SAP HANA Azure Backup on file level
This article is a related article to Backup guide for SAP HANA on Azure Virtual Machines, which provides an overview and information on getting started and more details on Azure Backup service and storage snapshots.
Different VM types in Azure allow a different number of VHDs attached. The exact details are documented in Sizes for Linux virtual machines in Azure. For the tests referred to in this documentation we used a GS5 Azure VM, which allows 64 attached data disks. For larger SAP HANA systems, a significant number of disks might already be taken for data and log files, possibly in combination with software striping for optimal disk IO throughput. For more details on suggested disk configurations for SAP HANA deployments on Azure VMs, read the article SAP HANA Azure virtual machine storage configurations. The recommendations made are including disk space recommendations for local backups as well.

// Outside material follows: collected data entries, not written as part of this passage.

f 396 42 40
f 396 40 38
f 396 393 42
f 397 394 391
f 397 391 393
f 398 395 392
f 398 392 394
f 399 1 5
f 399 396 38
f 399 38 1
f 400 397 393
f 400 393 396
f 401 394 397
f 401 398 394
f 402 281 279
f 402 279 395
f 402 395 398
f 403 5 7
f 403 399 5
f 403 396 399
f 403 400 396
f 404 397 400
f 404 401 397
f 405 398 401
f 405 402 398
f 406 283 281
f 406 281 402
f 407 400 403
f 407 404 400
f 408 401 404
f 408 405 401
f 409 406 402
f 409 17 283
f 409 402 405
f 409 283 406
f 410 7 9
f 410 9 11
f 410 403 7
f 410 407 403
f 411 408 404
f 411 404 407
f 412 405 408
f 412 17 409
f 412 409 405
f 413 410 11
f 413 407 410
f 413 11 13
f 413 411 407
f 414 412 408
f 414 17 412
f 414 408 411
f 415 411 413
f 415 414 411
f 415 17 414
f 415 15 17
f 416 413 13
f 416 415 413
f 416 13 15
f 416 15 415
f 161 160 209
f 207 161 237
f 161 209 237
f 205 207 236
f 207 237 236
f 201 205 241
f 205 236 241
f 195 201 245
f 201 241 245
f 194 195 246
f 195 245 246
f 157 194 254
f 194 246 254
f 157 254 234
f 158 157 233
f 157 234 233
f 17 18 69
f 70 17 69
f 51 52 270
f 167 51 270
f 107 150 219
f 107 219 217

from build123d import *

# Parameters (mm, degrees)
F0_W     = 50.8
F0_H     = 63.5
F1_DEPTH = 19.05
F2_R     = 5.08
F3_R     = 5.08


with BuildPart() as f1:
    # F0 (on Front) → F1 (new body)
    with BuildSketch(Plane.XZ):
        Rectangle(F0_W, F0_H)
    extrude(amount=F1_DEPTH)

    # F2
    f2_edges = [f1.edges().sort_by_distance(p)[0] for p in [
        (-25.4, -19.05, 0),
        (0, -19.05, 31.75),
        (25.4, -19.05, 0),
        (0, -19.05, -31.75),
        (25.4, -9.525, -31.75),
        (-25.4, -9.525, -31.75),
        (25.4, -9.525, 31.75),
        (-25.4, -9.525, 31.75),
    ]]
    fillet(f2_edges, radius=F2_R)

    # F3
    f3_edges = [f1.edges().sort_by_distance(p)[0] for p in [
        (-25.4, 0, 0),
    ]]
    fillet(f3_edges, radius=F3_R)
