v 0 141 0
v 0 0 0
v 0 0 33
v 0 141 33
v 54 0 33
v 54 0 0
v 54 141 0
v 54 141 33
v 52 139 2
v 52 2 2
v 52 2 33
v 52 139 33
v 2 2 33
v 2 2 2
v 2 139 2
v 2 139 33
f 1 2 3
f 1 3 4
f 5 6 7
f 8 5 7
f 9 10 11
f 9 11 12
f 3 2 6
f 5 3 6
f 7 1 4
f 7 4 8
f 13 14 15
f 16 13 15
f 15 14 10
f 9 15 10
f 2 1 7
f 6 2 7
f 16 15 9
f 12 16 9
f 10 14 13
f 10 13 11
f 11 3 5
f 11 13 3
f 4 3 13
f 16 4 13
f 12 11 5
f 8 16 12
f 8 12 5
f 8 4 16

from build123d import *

# Parameters (mm, degrees)
F0_W     = 54
F0_H     = 141
F0_W_2   = 50
F0_H_2   = 137
F1_DEPTH = 33
F2_W     = 54
F2_H     = 2
F3_DEPTH = 141


# Not quite as in the source:
# - the program builds the solid bodies; features that only make, move or delete a surface that nothing else refers to are left out


with BuildPart() as f1:
    # F0 (on Top) → F1 (new body)
    with BuildSketch(Plane.XY):
        with Locations((27, 70.5)):
            Rectangle(F0_W, F0_H)
        with Locations((27, 70.5)):
            Rectangle(F0_W_2, F0_H_2, mode=Mode.SUBTRACT)
    extrude(amount=F1_DEPTH)

    # F2 (on face) → F3 (join)
    with BuildSketch(Plane.XZ):
        with Locations((27, 1)):
            Rectangle(F2_W, F2_H)
    extrude(amount=-F3_DEPTH)


solid = f1.part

The standard way to manage backup/restore at the file level is with a file-based backup via SAP HANA Studio or via SAP HANA SQL statements. For more information, read the article SAP HANA SQL and System Views Reference.
This figure shows the dialog of the backup menu item in SAP HANA Studio. When choosing type "file," one has to specify a path in the file system where SAP HANA writes the backup files. Restore works the same way.
While this choice sounds simple and straight forward, there are some considerations. An Azure VM has a limitation of number of data disks that can be attached. There might not be capacity to store SAP HANA backup files on the file systems of the VM, depending on the size of the database and disk throughput requirements, which might involve software striping across multiple data disks. Various options for moving these backup files, and managing file size restrictions and performance when handling terabytes of data, are provided later in this article.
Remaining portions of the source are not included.